WHAT THE TASK ASKS » Where the records below show a line containing "f 80 78 103", start copying; end with the line containing "f 163 162 73", and copy it too.

EXTRACTED INFORMATION »
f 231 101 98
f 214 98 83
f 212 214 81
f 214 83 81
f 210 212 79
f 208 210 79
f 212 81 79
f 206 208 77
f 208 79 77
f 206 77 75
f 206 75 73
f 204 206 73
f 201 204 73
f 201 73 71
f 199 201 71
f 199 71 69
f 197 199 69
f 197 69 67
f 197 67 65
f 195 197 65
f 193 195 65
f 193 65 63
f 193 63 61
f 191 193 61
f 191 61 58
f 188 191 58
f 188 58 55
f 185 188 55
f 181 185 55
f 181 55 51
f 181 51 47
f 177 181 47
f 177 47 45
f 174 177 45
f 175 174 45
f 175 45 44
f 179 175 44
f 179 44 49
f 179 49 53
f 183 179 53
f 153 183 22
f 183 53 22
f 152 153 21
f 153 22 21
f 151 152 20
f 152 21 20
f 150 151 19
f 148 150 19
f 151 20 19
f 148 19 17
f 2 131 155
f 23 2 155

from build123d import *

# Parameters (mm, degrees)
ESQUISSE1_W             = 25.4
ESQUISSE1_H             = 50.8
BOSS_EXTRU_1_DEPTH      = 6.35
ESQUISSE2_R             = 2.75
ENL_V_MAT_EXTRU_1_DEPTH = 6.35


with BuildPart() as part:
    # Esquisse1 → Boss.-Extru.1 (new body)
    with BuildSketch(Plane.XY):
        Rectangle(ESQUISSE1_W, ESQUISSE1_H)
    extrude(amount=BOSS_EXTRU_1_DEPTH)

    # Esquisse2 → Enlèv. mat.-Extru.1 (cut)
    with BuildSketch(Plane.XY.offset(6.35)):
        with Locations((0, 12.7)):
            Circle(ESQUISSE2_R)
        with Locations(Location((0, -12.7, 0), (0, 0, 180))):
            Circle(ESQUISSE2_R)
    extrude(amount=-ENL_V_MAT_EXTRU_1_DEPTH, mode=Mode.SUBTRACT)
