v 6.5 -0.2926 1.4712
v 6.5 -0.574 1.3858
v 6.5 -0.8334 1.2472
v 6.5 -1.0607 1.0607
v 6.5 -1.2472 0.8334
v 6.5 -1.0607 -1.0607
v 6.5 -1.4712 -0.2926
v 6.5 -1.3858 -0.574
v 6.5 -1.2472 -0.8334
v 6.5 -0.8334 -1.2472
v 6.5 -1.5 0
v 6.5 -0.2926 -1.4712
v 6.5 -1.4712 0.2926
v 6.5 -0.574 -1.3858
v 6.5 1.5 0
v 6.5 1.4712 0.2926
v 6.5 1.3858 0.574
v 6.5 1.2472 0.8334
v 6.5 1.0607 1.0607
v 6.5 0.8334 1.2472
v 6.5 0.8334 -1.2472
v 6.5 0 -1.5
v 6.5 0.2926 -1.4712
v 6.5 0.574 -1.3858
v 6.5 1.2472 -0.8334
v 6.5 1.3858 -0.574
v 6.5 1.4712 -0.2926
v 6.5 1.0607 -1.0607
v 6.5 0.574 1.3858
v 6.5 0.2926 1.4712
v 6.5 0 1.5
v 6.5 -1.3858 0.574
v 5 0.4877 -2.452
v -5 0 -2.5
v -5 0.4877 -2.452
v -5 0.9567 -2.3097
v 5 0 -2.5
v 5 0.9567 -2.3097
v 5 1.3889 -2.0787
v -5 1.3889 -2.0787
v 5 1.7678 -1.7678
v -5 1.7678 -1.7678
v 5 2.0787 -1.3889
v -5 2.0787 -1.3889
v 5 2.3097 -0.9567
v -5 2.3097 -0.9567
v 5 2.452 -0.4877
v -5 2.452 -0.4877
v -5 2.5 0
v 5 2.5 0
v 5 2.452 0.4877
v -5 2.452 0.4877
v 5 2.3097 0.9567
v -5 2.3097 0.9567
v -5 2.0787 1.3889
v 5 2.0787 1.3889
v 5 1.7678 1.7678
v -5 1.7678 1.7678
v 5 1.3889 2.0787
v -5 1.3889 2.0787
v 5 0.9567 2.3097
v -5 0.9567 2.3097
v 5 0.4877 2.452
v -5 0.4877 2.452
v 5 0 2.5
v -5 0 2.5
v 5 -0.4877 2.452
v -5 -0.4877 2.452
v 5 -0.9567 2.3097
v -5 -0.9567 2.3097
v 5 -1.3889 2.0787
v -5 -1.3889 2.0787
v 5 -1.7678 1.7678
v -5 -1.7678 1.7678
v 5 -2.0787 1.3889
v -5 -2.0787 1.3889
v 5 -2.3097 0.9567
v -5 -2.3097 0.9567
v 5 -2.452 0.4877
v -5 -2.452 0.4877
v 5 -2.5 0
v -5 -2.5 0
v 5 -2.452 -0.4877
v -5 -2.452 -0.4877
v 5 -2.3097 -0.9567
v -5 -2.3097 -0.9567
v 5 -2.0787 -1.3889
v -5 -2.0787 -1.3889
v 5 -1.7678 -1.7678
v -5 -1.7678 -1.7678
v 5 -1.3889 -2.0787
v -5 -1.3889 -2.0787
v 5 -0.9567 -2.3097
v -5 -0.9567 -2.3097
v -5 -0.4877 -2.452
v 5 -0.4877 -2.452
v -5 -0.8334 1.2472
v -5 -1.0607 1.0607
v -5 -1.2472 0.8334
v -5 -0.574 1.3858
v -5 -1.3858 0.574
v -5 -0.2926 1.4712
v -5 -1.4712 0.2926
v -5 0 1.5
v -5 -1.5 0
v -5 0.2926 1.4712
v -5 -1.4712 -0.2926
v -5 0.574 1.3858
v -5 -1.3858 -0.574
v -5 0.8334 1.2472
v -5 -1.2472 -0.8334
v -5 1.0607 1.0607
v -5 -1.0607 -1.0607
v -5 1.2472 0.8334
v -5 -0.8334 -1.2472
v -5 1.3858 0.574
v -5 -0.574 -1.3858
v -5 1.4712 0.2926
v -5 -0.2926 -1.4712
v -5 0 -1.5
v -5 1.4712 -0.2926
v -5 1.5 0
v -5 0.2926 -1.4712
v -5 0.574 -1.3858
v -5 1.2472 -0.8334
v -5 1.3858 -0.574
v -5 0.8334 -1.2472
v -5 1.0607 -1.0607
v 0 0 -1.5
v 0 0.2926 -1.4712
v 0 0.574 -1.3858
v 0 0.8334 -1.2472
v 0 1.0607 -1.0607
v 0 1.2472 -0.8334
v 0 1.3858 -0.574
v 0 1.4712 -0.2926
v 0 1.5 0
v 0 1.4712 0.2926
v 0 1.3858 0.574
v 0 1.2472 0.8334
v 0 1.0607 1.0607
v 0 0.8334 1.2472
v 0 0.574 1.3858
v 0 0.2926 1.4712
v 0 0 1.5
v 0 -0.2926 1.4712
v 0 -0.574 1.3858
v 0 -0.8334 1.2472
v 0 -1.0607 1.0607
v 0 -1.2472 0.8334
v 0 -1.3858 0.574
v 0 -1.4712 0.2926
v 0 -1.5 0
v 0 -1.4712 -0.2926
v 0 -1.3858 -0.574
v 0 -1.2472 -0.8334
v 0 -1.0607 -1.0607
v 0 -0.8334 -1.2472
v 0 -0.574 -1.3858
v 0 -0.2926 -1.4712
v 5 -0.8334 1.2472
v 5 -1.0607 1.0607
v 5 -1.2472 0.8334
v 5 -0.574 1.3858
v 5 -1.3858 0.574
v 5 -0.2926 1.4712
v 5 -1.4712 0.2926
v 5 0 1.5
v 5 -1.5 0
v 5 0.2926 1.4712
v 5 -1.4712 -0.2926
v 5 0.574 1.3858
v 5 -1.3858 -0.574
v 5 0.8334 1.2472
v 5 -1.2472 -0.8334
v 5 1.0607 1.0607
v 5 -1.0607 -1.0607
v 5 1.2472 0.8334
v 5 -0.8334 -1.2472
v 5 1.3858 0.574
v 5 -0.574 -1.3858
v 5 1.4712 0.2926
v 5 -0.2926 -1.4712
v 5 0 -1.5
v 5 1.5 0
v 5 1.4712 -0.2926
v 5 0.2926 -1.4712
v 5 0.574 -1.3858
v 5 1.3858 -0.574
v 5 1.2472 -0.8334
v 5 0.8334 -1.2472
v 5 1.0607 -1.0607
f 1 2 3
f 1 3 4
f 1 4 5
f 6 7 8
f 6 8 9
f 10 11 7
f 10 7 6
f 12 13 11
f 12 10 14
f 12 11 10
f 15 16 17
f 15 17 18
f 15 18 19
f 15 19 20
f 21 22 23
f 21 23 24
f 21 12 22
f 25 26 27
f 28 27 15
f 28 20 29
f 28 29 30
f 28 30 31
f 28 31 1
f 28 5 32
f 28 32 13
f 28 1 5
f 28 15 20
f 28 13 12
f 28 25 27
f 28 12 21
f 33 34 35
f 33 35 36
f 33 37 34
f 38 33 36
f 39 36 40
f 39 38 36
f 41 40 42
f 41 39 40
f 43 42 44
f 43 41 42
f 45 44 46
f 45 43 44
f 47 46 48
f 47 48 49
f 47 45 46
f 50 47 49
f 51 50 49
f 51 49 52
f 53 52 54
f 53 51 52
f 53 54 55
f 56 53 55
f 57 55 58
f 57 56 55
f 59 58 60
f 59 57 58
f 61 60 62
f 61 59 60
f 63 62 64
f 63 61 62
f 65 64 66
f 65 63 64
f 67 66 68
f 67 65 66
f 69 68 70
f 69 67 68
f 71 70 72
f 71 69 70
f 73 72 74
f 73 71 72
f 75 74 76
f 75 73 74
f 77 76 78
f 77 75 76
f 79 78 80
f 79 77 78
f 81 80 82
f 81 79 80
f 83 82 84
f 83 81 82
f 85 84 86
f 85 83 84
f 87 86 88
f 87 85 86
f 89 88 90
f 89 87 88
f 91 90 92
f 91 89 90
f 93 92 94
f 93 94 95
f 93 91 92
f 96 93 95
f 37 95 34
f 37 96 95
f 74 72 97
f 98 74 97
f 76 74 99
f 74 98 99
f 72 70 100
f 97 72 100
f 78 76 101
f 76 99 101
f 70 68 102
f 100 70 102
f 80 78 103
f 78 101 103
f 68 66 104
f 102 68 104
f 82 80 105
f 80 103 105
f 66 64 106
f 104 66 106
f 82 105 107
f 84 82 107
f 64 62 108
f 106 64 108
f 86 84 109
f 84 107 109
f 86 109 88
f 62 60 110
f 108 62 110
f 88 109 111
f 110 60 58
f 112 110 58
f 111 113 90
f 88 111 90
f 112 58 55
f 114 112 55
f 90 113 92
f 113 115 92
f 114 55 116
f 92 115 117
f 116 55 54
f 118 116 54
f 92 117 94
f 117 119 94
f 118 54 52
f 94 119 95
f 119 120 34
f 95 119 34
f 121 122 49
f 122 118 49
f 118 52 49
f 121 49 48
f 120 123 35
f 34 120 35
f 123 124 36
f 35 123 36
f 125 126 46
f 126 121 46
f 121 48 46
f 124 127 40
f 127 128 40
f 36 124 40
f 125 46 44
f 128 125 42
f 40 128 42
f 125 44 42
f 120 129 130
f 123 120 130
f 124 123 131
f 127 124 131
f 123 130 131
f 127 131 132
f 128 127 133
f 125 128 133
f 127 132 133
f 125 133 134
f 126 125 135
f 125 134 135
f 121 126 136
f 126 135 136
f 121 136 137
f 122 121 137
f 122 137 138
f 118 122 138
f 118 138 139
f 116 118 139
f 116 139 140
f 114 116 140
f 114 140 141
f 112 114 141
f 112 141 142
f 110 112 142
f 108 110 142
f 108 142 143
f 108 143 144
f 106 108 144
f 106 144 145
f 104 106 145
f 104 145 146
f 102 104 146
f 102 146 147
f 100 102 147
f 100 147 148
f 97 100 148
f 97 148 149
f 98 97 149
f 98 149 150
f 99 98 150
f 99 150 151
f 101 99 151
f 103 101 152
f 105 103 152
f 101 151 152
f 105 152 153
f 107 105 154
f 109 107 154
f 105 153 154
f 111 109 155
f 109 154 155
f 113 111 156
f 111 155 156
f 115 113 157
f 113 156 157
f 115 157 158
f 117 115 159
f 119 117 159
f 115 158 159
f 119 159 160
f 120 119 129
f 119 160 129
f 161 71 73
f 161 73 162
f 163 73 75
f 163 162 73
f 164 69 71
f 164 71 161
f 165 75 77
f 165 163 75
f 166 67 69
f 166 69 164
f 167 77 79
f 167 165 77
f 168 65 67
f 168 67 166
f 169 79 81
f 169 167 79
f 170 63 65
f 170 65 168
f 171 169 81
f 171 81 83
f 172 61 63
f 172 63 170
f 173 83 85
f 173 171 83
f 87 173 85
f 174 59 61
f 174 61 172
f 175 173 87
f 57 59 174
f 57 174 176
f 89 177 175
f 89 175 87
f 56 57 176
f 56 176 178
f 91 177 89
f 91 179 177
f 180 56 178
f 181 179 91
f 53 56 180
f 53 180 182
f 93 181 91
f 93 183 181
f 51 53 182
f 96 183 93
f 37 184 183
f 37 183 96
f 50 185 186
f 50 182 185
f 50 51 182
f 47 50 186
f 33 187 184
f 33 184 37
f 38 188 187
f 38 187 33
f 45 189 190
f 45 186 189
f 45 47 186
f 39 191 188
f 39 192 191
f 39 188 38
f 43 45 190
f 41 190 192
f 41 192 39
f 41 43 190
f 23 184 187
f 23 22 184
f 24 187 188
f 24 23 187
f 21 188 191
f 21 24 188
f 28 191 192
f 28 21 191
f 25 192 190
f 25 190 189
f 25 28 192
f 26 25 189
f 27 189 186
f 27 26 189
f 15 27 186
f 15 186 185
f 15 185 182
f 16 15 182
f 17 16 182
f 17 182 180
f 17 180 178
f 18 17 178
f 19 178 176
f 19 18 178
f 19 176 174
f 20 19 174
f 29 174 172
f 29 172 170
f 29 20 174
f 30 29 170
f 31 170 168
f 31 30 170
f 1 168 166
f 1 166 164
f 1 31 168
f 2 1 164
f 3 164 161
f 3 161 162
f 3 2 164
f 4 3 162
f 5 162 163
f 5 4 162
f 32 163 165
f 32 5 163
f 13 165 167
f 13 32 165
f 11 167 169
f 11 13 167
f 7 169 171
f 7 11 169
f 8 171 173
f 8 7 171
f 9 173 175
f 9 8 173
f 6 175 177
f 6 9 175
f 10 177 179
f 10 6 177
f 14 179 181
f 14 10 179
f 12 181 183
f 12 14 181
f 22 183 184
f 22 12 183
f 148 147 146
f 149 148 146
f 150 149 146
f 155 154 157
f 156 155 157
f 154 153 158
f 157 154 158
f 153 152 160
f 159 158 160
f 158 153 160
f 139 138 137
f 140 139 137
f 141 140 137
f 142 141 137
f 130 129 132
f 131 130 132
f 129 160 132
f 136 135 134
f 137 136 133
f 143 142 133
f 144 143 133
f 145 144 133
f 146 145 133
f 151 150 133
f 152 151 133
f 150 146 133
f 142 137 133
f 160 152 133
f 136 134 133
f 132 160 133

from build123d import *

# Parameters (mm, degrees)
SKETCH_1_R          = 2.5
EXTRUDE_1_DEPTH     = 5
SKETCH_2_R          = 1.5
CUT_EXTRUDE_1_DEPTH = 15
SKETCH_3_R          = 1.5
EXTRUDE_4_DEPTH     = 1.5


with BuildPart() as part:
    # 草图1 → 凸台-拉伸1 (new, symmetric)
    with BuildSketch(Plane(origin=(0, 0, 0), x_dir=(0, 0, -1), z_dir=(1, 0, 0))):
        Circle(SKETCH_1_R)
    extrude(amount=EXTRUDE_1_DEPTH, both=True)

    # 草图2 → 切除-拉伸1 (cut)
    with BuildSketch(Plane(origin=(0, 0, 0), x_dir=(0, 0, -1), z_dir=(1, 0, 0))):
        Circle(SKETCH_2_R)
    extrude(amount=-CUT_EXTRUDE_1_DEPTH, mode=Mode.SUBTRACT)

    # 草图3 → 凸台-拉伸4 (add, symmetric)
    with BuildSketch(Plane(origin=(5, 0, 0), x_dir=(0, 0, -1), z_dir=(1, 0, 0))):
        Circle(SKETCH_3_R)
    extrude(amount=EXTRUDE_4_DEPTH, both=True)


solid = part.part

TASK SOLUTION »
f 80 78 103
f 78 101 103
f 68 66 104
f 102 68 104
f 82 80 105
f 80 103 105
f 66 64 106
f 104 66 106
f 82 105 107
f 84 82 107
f 64 62 108
f 106 64 108
f 86 84 109
f 84 107 109
f 86 109 88
f 62 60 110
f 108 62 110
f 88 109 111
f 110 60 58
f 112 110 58
f 111 113 90
f 88 111 90
f 112 58 55
f 114 112 55
f 90 113 92
f 113 115 92
f 114 55 116
f 92 115 117
f 116 55 54
f 118 116 54
f 92 117 94
f 117 119 94
f 118 54 52
f 94 119 95
f 119 120 34
f 95 119 34
f 121 122 49
f 122 118 49
f 118 52 49
f 121 49 48
f 120 123 35
f 34 120 35
f 123 124 36
f 35 123 36
f 125 126 46
f 126 121 46
f 121 48 46
f 124 127 40
f 127 128 40
f 36 124 40
f 125 46 44
f 128 125 42
f 40 128 42
f 125 44 42
f 120 129 130
f 123 120 130
f 124 123 131
f 127 124 131
f 123 130 131
f 127 131 132
f 128 127 133
f 125 128 133
f 127 132 133
f 125 133 134
f 126 125 135
f 125 134 135
f 121 126 136
f 126 135 136
f 121 136 137
f 122 121 137
f 122 137 138
f 118 122 138
f 118 138 139
f 116 118 139
f 116 139 140
f 114 116 140
f 114 140 141
f 112 114 141
f 112 141 142
f 110 112 142
f 108 110 142
f 108 142 143
f 108 143 144
f 106 108 144
f 106 144 145
f 104 106 145
f 104 145 146
f 102 104 146
f 102 146 147
f 100 102 147
f 100 147 148
f 97 100 148
f 97 148 149
f 98 97 149
f 98 149 150
f 99 98 150
f 99 150 151
f 101 99 151
f 103 101 152
f 105 103 152
f 101 151 152
f 105 152 153
f 107 105 154
f 109 107 154
f 105 153 154
f 111 109 155
f 109 154 155
f 113 111 156
f 111 155 156
f 115 113 157
f 113 156 157
f 115 157 158
f 117 115 159
f 119 117 159
f 115 158 159
f 119 159 160
f 120 119 129
f 119 160 129
f 161 71 73
f 161 73 162
f 163 73 75
f 163 162 73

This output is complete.